SkyworkAI / Skywork

Skywork series models are pre-trained on 3.2TB of high-quality multilingual (mainly Chinese and English) and code data. We have open-sourced the model, training data, evaluation data, evaluation methods, etc. 天工系列模型在3.2TB高质量多语言和代码数据上进行预训练。我们开源了模型参数,训练数据,评估数据,评估方法。
Other
1.21k stars 111 forks source link

Questions about eval_loss.py #50

Closed chengeharrison closed 9 months ago

chengeharrison commented 9 months ago

In Line 58, we calculate the number of tokens using attention_mask = attention_mask[:, :-1] and torch.sum(attention_mask).item(). But do we need to shift attention mask? Maybe torch.sum(attention_mask).item() - batch_size(without shifting) is correct?

For example if the batch size is 2, the input_ids can be [[1, 2, 3], [1, 2, pad]] and the attention mask is [[True, True, True], [True, True, False]]. Using attention_mask = attention_mask[:, :-1] and torch.sum(attention_mask).item() will output 4 as the number of tokens.
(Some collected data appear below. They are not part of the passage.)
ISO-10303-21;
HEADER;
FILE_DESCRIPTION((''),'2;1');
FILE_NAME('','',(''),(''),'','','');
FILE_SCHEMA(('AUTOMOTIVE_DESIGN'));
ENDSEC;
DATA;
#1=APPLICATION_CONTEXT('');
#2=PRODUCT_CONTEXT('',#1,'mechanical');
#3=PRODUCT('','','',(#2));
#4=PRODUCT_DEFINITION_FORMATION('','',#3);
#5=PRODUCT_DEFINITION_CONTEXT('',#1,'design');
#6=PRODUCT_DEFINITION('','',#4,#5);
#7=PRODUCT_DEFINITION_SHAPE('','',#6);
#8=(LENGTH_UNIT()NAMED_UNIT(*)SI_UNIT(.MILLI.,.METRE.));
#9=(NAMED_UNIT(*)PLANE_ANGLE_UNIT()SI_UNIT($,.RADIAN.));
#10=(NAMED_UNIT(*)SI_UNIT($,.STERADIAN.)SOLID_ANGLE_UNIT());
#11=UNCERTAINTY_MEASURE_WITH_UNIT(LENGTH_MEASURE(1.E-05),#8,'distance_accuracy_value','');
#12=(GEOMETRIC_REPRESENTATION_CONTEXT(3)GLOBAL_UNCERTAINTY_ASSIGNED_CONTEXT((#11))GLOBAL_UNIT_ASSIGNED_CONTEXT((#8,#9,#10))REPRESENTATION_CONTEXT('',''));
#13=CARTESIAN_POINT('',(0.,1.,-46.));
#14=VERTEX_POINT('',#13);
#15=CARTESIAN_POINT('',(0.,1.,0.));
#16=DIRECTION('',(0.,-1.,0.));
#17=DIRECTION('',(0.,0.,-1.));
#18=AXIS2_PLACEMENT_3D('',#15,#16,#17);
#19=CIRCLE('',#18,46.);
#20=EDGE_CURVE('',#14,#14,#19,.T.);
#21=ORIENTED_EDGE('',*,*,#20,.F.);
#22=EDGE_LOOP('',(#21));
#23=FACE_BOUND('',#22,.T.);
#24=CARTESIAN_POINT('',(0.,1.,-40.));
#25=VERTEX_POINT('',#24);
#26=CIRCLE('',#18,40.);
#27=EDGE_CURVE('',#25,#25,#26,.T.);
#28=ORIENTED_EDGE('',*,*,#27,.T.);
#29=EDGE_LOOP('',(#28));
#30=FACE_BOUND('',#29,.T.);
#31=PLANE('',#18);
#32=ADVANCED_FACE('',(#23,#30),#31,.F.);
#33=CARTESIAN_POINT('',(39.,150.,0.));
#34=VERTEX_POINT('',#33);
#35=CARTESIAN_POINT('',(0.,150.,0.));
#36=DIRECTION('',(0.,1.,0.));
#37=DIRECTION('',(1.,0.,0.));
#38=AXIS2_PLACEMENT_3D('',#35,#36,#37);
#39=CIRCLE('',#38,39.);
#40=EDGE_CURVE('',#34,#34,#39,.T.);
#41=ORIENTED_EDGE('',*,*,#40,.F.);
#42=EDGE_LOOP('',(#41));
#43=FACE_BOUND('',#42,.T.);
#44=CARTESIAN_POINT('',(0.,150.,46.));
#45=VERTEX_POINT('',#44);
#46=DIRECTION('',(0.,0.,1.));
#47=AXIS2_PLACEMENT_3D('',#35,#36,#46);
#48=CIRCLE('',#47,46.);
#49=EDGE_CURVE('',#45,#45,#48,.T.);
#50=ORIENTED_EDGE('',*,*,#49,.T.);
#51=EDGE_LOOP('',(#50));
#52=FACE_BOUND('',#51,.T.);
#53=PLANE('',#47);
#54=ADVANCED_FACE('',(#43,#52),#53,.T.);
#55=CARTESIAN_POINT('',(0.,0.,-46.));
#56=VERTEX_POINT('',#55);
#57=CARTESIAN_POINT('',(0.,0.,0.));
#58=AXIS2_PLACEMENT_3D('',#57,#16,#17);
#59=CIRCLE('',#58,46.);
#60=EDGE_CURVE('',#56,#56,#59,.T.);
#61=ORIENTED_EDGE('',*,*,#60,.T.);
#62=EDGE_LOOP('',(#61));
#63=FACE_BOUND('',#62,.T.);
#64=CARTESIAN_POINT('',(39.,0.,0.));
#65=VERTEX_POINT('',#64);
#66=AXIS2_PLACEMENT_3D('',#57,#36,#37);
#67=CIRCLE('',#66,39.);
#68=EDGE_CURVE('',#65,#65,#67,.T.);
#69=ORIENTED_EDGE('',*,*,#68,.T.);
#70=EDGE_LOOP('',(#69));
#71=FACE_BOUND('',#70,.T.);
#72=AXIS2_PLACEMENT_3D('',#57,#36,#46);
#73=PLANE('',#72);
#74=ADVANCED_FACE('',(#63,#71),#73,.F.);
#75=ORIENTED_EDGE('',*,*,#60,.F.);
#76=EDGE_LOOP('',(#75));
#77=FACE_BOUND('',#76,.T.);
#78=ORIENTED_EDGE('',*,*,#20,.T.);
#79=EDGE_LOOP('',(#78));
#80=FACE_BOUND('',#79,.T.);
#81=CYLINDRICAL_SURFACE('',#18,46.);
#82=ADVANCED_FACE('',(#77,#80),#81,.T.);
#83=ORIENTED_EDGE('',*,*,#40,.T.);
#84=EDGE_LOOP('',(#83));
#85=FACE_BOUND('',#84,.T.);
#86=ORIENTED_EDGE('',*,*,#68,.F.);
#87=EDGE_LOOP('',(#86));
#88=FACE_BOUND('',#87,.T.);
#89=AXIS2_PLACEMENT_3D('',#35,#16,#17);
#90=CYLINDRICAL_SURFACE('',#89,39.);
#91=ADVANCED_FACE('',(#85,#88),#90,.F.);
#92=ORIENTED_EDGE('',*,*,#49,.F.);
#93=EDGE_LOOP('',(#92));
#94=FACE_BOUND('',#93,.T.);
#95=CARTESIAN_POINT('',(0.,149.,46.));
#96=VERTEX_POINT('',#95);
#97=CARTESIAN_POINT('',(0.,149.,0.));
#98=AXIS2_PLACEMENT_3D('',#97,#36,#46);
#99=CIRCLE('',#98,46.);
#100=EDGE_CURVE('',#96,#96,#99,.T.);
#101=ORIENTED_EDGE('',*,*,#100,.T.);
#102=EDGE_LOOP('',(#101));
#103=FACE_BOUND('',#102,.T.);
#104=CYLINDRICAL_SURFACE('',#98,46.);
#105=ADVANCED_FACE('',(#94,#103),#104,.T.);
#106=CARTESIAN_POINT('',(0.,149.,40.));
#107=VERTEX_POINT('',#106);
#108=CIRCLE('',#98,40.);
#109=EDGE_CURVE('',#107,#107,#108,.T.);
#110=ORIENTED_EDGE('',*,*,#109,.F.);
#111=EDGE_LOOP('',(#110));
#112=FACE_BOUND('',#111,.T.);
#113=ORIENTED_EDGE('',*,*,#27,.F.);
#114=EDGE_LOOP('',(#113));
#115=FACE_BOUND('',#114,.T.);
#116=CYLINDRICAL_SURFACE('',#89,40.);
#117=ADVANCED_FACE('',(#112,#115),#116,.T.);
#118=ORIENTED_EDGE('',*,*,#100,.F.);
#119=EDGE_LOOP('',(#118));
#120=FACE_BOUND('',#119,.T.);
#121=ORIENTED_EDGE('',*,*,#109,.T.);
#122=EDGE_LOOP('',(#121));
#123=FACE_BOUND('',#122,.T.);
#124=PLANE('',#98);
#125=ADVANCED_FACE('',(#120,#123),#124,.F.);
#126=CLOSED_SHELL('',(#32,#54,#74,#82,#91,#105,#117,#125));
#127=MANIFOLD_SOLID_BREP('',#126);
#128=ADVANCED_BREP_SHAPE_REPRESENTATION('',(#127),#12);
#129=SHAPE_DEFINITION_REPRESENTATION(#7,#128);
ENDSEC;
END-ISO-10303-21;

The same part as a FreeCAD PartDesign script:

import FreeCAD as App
import Part
import Sketcher

V = App.Vector
Q = App.Units.Quantity

doc = App.newDocument("Part")
body = doc.addObject("PartDesign::Body", "Body")

# Sketch on XZ plane
sketch1 = body.newObject("Sketcher::SketchObject", "Sketch")
sketch1.AttachmentSupport = (doc.getObject("XZ_Plane"), [""])
sketch1.MapMode = "FlatFace"
sketch1.addGeometry([
    Part.Circle(V(0, 0, 0), V(0, 0, 1), 40),
    Part.Circle(V(0, 0, 0), V(0, 0, 1), 39),
], False)
sketch1.addConstraint([
    Sketcher.Constraint("Coincident", 0, 3, -1, 1),
    Sketcher.Constraint("Coincident", 1, 3, -1, 1),
    Sketcher.Constraint("Diameter", 0, Q("80 mm")),
    Sketcher.Constraint("Diameter", 1, Q("78 mm")),
])
pad1 = body.newObject("PartDesign::Pad", "Pad")
pad1.Profile = sketch1
pad1.Length = 150
pad1.Reversed = True

# Sketch on XZ plane
sketch2 = body.newObject("Sketcher::SketchObject", "Sketch001")
sketch2.AttachmentSupport = (doc.getObject("XZ_Plane"), [""])
sketch2.MapMode = "FlatFace"
sketch2.AttachmentOffset = App.Placement(V(0, 0, -149), App.Rotation())
sketch2.addGeometry([
    Part.Circle(V(0, 0, 0), V(0, 0, 1), 46),
    Part.Circle(V(0, 0, 0), V(0, 0, 1), 40),
], False)
sketch2.addConstraint([
    Sketcher.Constraint("Coincident", 0, 3, -1, 1),
    Sketcher.Constraint("Coincident", 1, 3, -1, 1),
    Sketcher.Constraint("Diameter", 0, Q("92 mm")),
    Sketcher.Constraint("Diameter", 1, Q("80 mm")),
])
pad2 = body.newObject("PartDesign::Pad", "Pad001")
pad2.Profile = sketch2
pad2.Length = 1
pad2.Reversed = True

# Sketch on XZ plane
sketch3 = body.newObject("Sketcher::SketchObject", "Sketch002")
sketch3.AttachmentSupport = (doc.getObject("XZ_Plane"), [""])
sketch3.MapMode = "FlatFace"
sketch3.addGeometry([
    Part.Circle(V(0, 0, 0), V(0, 0, 1), 46),
    Part.Circle(V(0, 0, 0), V(0, 0, 1), 40),
], False)
sketch3.addConstraint([
    Sketcher.Constraint("Coincident", 0, 3, -1, 1),
    Sketcher.Constraint("Coincident", 1, 3, -1, 1),
    Sketcher.Constraint("Diameter", 0, Q("92 mm")),
    Sketcher.Constraint("Diameter", 1, Q("80 mm")),
])
pad3 = body.newObject("PartDesign::Pad", "Pad002")
pad3.Profile = sketch3
pad3.Length = 1
pad3.Reversed = True

doc.recompute()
But actually the token number should be 3 because we only calculate logits on [2, 3] and [2, pad] (first label is shifted by label = label[:, 1: ]) and pad isn't counted as a valid token for calculating loss. If we set IGNORE_INDEX in labels according to attention_mask, we don't need shifted attention mask when calculating loss.

A code example:

import torch
from transformers import AutoTokenizer

tokenizer = AutoTokenizer.from_pretrained("Skywork/Skywork-13B-base", use_fast=False, trust_remote_code=True)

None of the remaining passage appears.